The last time No Use For a Name was in Vancouver it played the Pacific Coliseum as part of the Warped Tour, which included such extreme acts as Quicksand and L7, heavily favoured by the skate- and snowboarding crowd. (Sno-Jam is kind of a club-sized version of that travelling arena gig.)

“That was great,” says Sly of his Warped experience. “The management that was in charge of the tour made it real easy for the bands, plus we were only playing a half-an-hour set, so it wasn’t exhausting at all. It was just kind of like a big party, you know, for a month.”

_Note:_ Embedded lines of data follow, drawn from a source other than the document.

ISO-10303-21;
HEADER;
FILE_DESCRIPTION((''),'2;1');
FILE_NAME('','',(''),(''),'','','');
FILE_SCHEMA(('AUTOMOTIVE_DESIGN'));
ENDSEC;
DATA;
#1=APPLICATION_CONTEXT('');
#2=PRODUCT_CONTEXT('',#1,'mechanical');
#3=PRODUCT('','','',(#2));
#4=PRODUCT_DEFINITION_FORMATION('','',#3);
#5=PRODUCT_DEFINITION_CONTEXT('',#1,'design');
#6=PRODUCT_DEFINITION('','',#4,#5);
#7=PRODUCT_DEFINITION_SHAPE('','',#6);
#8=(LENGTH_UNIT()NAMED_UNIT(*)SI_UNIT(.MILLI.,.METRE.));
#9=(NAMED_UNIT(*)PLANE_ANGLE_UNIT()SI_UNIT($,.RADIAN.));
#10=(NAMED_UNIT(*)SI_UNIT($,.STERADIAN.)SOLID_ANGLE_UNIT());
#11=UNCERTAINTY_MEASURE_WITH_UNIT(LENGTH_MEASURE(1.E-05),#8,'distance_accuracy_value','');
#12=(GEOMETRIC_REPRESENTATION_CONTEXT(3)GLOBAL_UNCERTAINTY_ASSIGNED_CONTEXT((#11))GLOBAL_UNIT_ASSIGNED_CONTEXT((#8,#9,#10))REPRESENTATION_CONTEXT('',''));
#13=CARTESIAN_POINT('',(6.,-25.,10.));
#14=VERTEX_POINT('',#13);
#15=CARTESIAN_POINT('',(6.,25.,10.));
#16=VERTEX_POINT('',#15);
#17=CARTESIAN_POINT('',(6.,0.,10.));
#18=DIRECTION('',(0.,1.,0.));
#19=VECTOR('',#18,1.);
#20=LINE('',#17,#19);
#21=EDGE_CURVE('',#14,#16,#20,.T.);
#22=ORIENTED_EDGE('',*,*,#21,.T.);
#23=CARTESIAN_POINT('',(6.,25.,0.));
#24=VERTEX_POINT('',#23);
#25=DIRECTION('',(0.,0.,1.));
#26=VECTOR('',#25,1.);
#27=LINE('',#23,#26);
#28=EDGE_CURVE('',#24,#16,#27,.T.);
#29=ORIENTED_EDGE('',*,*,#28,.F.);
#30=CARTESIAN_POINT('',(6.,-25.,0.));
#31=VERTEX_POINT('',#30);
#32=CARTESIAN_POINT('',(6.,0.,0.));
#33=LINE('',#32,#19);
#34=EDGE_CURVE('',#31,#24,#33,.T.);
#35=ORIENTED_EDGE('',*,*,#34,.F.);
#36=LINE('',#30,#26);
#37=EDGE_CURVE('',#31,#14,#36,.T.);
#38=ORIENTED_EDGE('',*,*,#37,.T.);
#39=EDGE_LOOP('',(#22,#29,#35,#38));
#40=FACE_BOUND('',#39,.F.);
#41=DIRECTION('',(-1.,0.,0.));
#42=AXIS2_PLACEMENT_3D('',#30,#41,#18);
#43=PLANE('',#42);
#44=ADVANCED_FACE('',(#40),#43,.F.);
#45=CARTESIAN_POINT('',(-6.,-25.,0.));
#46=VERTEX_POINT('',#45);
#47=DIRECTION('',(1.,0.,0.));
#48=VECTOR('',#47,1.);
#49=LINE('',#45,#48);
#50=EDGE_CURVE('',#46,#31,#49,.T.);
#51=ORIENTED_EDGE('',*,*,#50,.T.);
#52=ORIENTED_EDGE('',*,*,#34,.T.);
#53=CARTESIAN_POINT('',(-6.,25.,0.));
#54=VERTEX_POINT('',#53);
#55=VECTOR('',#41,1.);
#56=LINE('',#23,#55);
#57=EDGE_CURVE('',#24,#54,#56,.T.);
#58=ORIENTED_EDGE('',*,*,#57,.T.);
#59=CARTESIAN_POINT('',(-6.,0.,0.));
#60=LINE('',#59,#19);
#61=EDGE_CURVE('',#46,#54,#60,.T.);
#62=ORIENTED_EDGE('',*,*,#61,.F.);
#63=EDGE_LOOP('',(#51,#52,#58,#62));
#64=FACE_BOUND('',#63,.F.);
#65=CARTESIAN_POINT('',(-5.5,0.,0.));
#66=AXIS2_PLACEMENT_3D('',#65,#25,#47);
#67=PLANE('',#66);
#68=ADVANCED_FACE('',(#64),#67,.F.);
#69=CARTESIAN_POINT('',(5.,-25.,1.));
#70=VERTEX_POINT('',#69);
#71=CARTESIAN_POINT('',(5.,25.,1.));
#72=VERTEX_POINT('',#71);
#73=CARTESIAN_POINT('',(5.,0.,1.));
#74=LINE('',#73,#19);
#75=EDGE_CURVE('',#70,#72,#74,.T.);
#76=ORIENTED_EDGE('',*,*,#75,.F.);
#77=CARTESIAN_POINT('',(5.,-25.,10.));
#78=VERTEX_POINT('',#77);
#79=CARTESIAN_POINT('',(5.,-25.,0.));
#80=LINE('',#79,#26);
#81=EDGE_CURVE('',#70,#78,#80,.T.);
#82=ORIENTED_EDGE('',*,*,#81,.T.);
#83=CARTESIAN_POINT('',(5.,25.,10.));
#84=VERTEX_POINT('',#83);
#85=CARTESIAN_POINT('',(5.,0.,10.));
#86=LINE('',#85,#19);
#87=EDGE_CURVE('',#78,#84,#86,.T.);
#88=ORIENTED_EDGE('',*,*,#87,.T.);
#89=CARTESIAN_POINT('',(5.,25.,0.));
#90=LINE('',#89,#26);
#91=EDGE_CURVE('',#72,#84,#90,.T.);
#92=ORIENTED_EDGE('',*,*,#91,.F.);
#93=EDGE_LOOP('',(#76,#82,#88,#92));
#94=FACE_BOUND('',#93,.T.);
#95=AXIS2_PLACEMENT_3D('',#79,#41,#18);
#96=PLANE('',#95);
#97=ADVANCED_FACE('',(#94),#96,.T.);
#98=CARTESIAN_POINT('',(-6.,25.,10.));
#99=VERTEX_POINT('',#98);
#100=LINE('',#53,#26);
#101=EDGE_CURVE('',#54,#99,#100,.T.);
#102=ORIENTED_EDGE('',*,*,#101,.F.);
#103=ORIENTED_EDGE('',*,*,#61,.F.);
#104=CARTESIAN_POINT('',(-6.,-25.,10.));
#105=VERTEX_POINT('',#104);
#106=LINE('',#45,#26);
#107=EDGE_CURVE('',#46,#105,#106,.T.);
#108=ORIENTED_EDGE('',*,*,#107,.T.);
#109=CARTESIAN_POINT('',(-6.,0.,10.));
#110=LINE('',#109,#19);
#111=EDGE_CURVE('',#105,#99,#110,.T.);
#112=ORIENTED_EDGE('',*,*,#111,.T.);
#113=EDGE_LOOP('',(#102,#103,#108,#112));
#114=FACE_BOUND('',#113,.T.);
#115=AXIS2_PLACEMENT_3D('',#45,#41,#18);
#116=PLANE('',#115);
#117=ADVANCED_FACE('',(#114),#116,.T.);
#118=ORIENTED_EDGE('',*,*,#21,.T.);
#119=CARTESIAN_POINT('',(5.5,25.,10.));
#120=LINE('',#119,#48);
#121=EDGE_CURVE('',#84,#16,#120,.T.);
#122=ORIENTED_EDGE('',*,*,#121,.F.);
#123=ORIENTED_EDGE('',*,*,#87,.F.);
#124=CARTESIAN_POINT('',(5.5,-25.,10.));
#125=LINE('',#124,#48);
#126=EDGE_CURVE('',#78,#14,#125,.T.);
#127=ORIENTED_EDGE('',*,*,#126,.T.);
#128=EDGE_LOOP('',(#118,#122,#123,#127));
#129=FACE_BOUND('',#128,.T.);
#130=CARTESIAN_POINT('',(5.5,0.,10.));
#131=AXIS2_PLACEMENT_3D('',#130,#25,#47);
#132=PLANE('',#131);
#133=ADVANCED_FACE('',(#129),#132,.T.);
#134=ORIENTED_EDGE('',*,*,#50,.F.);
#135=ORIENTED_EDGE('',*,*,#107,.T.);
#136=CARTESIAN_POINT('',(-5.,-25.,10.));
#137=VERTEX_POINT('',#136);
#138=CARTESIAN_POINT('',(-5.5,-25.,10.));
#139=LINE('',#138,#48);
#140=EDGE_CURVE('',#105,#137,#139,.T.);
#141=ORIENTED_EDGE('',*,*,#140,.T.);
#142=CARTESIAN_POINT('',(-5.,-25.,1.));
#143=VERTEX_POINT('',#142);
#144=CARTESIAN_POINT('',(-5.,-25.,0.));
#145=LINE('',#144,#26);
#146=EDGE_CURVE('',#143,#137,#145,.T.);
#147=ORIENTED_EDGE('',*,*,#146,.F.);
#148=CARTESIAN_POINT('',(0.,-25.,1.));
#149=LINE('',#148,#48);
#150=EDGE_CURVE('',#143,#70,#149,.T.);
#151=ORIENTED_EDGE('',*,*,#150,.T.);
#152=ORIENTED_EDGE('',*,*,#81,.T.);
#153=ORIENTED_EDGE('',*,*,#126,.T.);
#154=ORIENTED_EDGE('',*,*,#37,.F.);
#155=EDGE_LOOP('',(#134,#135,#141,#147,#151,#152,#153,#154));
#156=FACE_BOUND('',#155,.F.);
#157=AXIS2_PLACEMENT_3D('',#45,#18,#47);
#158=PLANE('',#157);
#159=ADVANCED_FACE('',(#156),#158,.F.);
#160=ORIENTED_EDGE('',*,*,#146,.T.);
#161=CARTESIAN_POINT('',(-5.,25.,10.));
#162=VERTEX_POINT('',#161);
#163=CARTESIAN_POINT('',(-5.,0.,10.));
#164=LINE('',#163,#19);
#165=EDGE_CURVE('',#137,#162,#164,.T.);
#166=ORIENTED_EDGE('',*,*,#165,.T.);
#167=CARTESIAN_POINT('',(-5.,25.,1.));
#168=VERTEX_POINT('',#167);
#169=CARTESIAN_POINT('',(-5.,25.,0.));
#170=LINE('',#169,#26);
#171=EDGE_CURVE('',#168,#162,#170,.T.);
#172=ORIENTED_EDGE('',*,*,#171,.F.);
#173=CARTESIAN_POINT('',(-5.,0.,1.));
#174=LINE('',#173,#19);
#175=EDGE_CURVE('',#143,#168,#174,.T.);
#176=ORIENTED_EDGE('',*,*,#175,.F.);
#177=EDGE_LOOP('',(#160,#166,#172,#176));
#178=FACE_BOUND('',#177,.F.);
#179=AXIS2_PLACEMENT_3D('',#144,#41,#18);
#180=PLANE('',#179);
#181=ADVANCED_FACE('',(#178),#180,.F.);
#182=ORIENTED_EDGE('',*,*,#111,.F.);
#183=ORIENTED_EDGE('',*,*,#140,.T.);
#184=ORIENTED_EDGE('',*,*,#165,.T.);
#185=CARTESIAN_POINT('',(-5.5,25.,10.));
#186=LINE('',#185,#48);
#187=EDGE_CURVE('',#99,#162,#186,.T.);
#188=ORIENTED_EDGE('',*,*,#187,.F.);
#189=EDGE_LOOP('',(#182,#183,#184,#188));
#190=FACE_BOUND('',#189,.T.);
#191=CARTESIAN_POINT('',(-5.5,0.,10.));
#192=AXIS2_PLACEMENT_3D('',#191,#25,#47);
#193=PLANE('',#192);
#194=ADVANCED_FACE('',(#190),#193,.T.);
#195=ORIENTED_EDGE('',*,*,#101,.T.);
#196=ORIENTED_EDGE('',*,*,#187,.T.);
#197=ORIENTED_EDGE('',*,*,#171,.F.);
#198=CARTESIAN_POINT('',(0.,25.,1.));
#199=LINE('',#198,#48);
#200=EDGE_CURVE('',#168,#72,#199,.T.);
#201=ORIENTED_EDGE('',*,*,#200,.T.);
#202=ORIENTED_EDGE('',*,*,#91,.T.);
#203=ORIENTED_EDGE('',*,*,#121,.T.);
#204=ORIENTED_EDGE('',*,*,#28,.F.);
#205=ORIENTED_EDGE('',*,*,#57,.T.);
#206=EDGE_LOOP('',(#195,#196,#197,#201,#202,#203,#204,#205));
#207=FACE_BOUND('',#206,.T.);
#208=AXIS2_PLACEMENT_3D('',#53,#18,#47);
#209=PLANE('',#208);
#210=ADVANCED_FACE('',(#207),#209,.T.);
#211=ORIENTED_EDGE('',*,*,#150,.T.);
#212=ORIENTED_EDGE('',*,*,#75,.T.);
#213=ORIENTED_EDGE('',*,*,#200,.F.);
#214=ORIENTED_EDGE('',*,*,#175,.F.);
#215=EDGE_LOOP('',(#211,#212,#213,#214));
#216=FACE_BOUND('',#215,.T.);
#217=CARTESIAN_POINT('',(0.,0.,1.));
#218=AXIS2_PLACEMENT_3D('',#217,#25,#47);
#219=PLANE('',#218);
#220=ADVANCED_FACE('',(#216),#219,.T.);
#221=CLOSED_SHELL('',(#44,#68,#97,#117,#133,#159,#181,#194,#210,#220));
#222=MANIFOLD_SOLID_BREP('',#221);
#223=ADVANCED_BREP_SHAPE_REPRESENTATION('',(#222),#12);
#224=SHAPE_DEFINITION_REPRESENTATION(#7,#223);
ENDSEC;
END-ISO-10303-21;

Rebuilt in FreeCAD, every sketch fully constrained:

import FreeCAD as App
import Part
import Sketcher
Q = App.Units.Quantity


def add_polygon(sketch, points):
    """Adds a closed chain of lines whose ends are joined by coincident constraints."""
    first, n = sketch.GeometryCount, len(points)
    for a, b in zip(points, points[1:] + points[:1]):
        sketch.addGeometry(Part.LineSegment(App.Vector(*a, 0), App.Vector(*b, 0)), False)
    for i in range(n):
        sketch.addConstraint(Sketcher.Constraint("Coincident", first + i, 2, first + (i + 1) % n, 1))

doc = App.newDocument("Part")
body = doc.addObject("PartDesign::Body", "Body")

sketch1 = body.newObject("Sketcher::SketchObject", "Sketch")
sketch1.AttachmentSupport = (doc.getObject("XY_Plane"), [""])
sketch1.MapMode = "FlatFace"
add_polygon(sketch1, [(-5, 25), (-5, -25), (5, -25), (5, 25)])
sketch1.addConstraint([
    Sketcher.Constraint("Vertical", 0),
    Sketcher.Constraint("Horizontal", 1),
    Sketcher.Constraint("Vertical", 2),
    Sketcher.Constraint("Horizontal", 3),
    Sketcher.Constraint("Symmetric", 0, 2, 2, 2, -1, 1),
    Sketcher.Constraint("DistanceX", 1, 1, 1, 2, Q("10 mm")),
    Sketcher.Constraint("DistanceY", 0, 2, 0, 1, Q("50 mm")),
])
pad1 = body.newObject("PartDesign::Pad", "Pad")
pad1.Profile = sketch1
pad1.Length = 1

sketch2 = body.newObject("Sketcher::SketchObject", "Sketch001")
sketch2.AttachmentSupport = (doc.getObject("XY_Plane"), [""])
sketch2.MapMode = "FlatFace"
add_polygon(sketch2, [(-6, 25), (-6, -25), (-5, -25), (-5, 25)])
add_polygon(sketch2, [(5, 25), (5, -25), (6, -25), (6, 25)])
sketch2.addConstraint([
    Sketcher.Constraint("Vertical", 0),
    Sketcher.Constraint("Horizontal", 1),
    Sketcher.Constraint("Vertical", 2),
    Sketcher.Constraint("Horizontal", 3),
    Sketcher.Constraint("Vertical", 4),
    Sketcher.Constraint("Horizontal", 5),
    Sketcher.Constraint("Vertical", 6),
    Sketcher.Constraint("Horizontal", 7),
    Sketcher.Constraint("Symmetric", 2, 2, 4, 2, -1, 1),
    Sketcher.Constraint("Symmetric", 0, 2, 6, 2, -1, 1),
    Sketcher.Constraint("Horizontal", 1, 2, 4, 2),
    Sketcher.Constraint("DistanceX", 1, 1, 1, 2, Q("1 mm")),
    Sketcher.Constraint("DistanceY", 0, 2, 0, 1, Q("50 mm")),
    Sketcher.Constraint("DistanceX", 0, 2, -1, 1, Q("6 mm")),
])
pad2 = body.newObject("PartDesign::Pad", "Pad001")
pad2.Profile = sketch2
pad2.Length = 10

doc.recompute()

Speaking of parties, the riotous sound of No Use For a Name’s new CD, ¡Leche Con Carne!, leaves the impression that there was mindless fun being had in the studio—especially considering the disc’s hidden track, a twisted compilation of punked-up verses from the Knack’s “My Sharona”, Twisted Sister’s “We’re Not Gonna Take It”, and even (gasp!) Toni Basil’s “Hey Mickey”. But according to Sly the comical medley resulted more from him being just plain bored while waiting around for rhythm tracks to be laid down.

“I was just sitting there with the acoustic the whole time,” explains the 25-year-old tunesmith, “playing other people’s songs and trying to make people laugh in the control room. I came up with this medley and they said, ‘Hey, we should record that,’ so we just wrote down the names of the songs for the guys, and the measures, and we just did it in one take. ’Cause if we didn’t do it in one take we weren’t gonna keep it on the record.

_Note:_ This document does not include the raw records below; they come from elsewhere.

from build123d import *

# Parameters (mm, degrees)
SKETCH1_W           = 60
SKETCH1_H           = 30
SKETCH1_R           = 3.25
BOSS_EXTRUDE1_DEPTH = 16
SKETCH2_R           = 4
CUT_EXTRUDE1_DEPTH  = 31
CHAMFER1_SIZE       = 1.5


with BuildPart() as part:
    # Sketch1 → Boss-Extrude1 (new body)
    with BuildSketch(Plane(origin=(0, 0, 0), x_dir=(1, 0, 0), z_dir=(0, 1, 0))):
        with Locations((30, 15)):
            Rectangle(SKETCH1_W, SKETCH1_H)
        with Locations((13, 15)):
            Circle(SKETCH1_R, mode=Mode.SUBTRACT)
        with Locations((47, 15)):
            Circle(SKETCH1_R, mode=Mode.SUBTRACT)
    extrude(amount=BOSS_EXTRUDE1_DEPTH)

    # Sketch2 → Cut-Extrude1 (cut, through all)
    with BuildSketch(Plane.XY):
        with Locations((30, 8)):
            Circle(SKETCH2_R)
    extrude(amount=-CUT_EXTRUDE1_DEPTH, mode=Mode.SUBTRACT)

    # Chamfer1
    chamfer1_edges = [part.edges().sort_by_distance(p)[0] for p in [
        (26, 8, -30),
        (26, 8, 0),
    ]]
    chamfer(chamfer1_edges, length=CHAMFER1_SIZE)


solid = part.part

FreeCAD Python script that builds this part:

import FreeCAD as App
import Part
import Sketcher
from FreeCAD import Vector
Q = App.Units.Quantity


def edges_at(feature, points):
    """Names of the edges that pass closest to the given points."""
    edges = feature.Shape.Edges
    near = lambda p: min(range(len(edges)), key=lambda i: edges[i].distToShape(Part.Vertex(*p))[0])
    return sorted({f"Edge{near(p) + 1}" for p in points})

doc = App.newDocument("Part")
body = doc.addObject("PartDesign::Body", "Body")

# Sketch on XZ plane
sketch1 = body.newObject("Sketcher::SketchObject", "Sketch")
sketch1.AttachmentSupport = (doc.getObject("XZ_Plane"), [""])
sketch1.MapMode = "FlatFace"
sketch1.addGeometry([
    Part.LineSegment(Vector(0, -30, 0), Vector(0, 0, 0)),  # 0
    Part.LineSegment(Vector(0, 0, 0), Vector(60, 0, 0)),  # 1
    Part.LineSegment(Vector(60, 0, 0), Vector(60, -30, 0)),  # 2
    Part.LineSegment(Vector(60, -30, 0), Vector(0, -30, 0)),  # 3
    Part.Circle(Vector(13, -15, 0), Vector(0, 0, 1), 3.2),  # 4
    Part.Circle(Vector(47, -15, 0), Vector(0, 0, 1), 3.2),  # 5
], False)
sketch1.addConstraint([
    Sketcher.Constraint("Coincident", 0, 2, 1, 1),
    Sketcher.Constraint("Coincident", 1, 2, 2, 1),
    Sketcher.Constraint("Coincident", 2, 2, 3, 1),
    Sketcher.Constraint("Coincident", 3, 2, 0, 1),
    Sketcher.Constraint("Vertical", 0),
    Sketcher.Constraint("Horizontal", 1),
    Sketcher.Constraint("Vertical", 2),
    Sketcher.Constraint("Horizontal", 3),
    Sketcher.Constraint("Coincident", 0, 2, -1, 1),
    Sketcher.Constraint("Equal", 4, 5),
    Sketcher.Constraint("Horizontal", 4, 3, 5, 3),
    Sketcher.Constraint("Diameter", 4, Q("6.5 mm")),
    Sketcher.Constraint("DistanceX", 1, 1, 1, 2, Q("60 mm")),
    Sketcher.Constraint("DistanceY", 0, 1, 0, 2, Q("30 mm")),
    Sketcher.Constraint("DistanceX", -1, 1, 4, 3, Q("13 mm")),
    Sketcher.Constraint("DistanceY", 4, 3, -1, 1, Q("15 mm")),
    Sketcher.Constraint("DistanceX", -1, 1, 5, 3, Q("47 mm")),
])
pad1 = body.newObject("PartDesign::Pad", "Pad")
pad1.Profile = sketch1
pad1.Length = 16
pad1.Reversed = True

# Sketch on XY plane
sketch2 = body.newObject("Sketcher::SketchObject", "Sketch001")
sketch2.AttachmentSupport = (doc.getObject("XY_Plane"), [""])
sketch2.MapMode = "FlatFace"
sketch2.addGeometry(Part.Circle(Vector(30, 8, 0), Vector(0, 0, 1), 4), False)
sketch2.addConstraint([
    Sketcher.Constraint("Diameter", 0, Q("8 mm")),
    Sketcher.Constraint("DistanceX", -1, 1, 0, 3, Q("30 mm")),
    Sketcher.Constraint("DistanceY", -1, 1, 0, 3, Q("8 mm")),
])
pocket1 = body.newObject("PartDesign::Pocket", "Pocket")
pocket1.Profile = sketch2
pocket1.Type = "ThroughAll"
doc.recompute()

chamfer = body.newObject("PartDesign::Chamfer", "Chamfer")
chamfer.Base = (pocket1, edges_at(pocket1, [(26, 8, -30), (26, 8, 0)]))
chamfer.Size = 1.5

doc.recompute()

“We decided to put it at the end,” adds Sly, “and it worked out pretty good. Some people refer to it as the ’80s medley, and some people refer to it as the ’80s nightmare.”

There’s a nightmare of another kind portrayed on the cover of ¡Leche Con Carne!, an illustration of some hapless man in a dressing gown being surprised by a ham-wielding, black-skulled skeleton-lizard when he opens his fridge.

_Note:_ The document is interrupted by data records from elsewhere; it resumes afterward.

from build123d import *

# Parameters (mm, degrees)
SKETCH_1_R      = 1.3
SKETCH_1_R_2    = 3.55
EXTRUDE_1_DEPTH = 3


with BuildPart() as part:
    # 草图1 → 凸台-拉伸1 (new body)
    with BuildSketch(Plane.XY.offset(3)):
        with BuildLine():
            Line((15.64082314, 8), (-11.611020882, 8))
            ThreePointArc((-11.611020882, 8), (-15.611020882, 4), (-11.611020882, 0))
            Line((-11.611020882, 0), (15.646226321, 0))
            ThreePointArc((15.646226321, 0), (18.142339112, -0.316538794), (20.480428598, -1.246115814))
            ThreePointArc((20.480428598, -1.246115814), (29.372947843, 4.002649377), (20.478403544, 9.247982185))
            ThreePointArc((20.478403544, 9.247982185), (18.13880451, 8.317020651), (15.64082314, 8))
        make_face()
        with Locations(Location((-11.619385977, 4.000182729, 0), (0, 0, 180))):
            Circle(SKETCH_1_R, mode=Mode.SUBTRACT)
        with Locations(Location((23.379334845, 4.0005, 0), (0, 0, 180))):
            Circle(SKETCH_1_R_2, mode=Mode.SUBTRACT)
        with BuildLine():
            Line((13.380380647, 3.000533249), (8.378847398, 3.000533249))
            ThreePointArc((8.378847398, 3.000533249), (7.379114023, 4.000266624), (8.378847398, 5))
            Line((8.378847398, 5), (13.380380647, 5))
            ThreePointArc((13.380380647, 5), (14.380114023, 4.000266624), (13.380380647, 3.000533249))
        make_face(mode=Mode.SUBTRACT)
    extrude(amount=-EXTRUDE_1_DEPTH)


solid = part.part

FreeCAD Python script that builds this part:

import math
import FreeCAD as App
import Part
import Sketcher

doc = App.newDocument("Part")
body = doc.addObject("PartDesign::Body", "Body")

sketch1 = doc.addObject("Sketcher::SketchObject", "Sketch")
body.addObject(sketch1)
sketch1.AttachmentSupport = (doc.XY_Plane, [""])
sketch1.MapMode = "FlatFace"
sketch1.AttachmentOffset = App.Placement(App.Vector(0, 0, 3), App.Rotation())
sketch1.addGeometry([
    Part.LineSegment(App.Vector(15.6, 8, 0), App.Vector(-11.6, 8, 0)),
    Part.ArcOfCircle(Part.Circle(App.Vector(-11.6, 4, 0), App.Vector(0, 0, 1), 4), math.radians(90), math.radians(270)),
    Part.LineSegment(App.Vector(-11.6, 0, 0), App.Vector(15.6, 0, 0)),
    Part.ArcOfCircle(Part.Circle(App.Vector(15.6, -10, 0), App.Vector(0, 0, 1), 10), math.radians(61), math.radians(90)),
    Part.ArcOfCircle(Part.Circle(App.Vector(23.4, 4, 0), App.Vector(0, 0, 1), 6), math.radians(-119), math.radians(119)),
    Part.ArcOfCircle(Part.Circle(App.Vector(15.6, 18, 0), App.Vector(0, 0, 1), 10), math.radians(-90), math.radians(-61)),
    Part.Circle(App.Vector(-11.6, 4, 0), App.Vector(0, 0, 1), 1.3),
    Part.ArcOfCircle(Part.Circle(App.Vector(13.4, 4, 0), App.Vector(0, 0, 1), 1), math.radians(-90), math.radians(90)),
    Part.LineSegment(App.Vector(13.4, 3, 0), App.Vector(8.4, 3, 0)),
    Part.ArcOfCircle(Part.Circle(App.Vector(8.4, 4, 0), App.Vector(0, 0, 1), 1), math.radians(90), math.radians(270)),
    Part.LineSegment(App.Vector(8.4, 5, 0), App.Vector(13.4, 5, 0)),
    Part.Circle(App.Vector(23.4, 4, 0), App.Vector(0, 0, 1), 3.5),
], False)
sketch1.addConstraint([
    Sketcher.Constraint("Tangent", 0, 2, 1, 1),
    Sketcher.Constraint("Tangent", 1, 2, 2, 1),
    Sketcher.Constraint("Tangent", 2, 2, 3, 2),
    Sketcher.Constraint("Tangent", 3, 1, 4, 1),
    Sketcher.Constraint("Tangent", 4, 2, 5, 2),
    Sketcher.Constraint("Tangent", 5, 1, 0, 1),
    Sketcher.Constraint("Tangent", 7, 1, 8, 1),
    Sketcher.Constraint("Tangent", 8, 2, 9, 2),
    Sketcher.Constraint("Tangent", 9, 1, 10, 1),
    Sketcher.Constraint("Tangent", 10, 2, 7, 2),
    Sketcher.Constraint("Horizontal", 0),
    Sketcher.Constraint("Horizontal", 2),
    Sketcher.Constraint("Horizontal", 8),
    Sketcher.Constraint("Horizontal", 10),
    Sketcher.Constraint("Equal", 3, 5),
    Sketcher.Constraint("PointOnObject", 1, 2, -1),
    Sketcher.Constraint("Radius", 1, 4.0),
    Sketcher.Constraint("Radius", 3, 10.0),
    Sketcher.Constraint("Diameter", 6, 2.6),
    Sketcher.Constraint("Diameter", 11, 7.1),
    Sketcher.Constraint("DistanceY", -1, 1, 9, 1, 5.0),
    Sketcher.Constraint("Radius", 4, 5.994606),
    Sketcher.Constraint("Radius", 7, 0.999733),
    Sketcher.Constraint("DistanceY", -1, 1, 11, 3, 4.0005),
    Sketcher.Constraint("DistanceX", 1, 3, 7, 3, 24.991402),
    Sketcher.Constraint("DistanceX", 0, 2, 0, 1, 27.251844),
    Sketcher.Constraint("DistanceX", 2, 1, 2, 2, 27.257247),
    Sketcher.Constraint("DistanceX", 8, 2, 8, 1, 5.001533),
    Sketcher.Constraint("DistanceX", 1, 3, -1, 1, 11.611021),
    Sketcher.Constraint("DistanceX", 6, 3, 5, 3, 27.260209),
    Sketcher.Constraint("DistanceY", 6, 3, 4, 3, 0.00131),
    Sketcher.Constraint("DistanceX", 3, 3, 11, 3, 7.733109),
])
pad1 = doc.addObject("PartDesign::Pad", "Pad")
body.addObject(pad1)
pad1.Profile = sketch1
pad1.Length = 3
pad1.Reversed = True

doc.recompute()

“That was sort of acquired as our mascot at one point,” says Sly of the monster, affectionately known as Bio-man. “It was just drawn by somebody, and then it became like this ongoing thing. I’ve got the tattoo of it on my arm. And we have a surprise in Vancouver: we’re gonna have a 10-foot Bio-man coming out behind the drum riser.”

Alright! Just like Iron Maiden’s Eddie! Cool!

“No, I’m just kidding.”

Aww shucks.

 

One thought on “No Use For a Name has no use for a 10-foot Bio-man monster on stage

  1. This was my first show ever. I was 13 and never left the front. Was such a great time. RIP Tony Sly.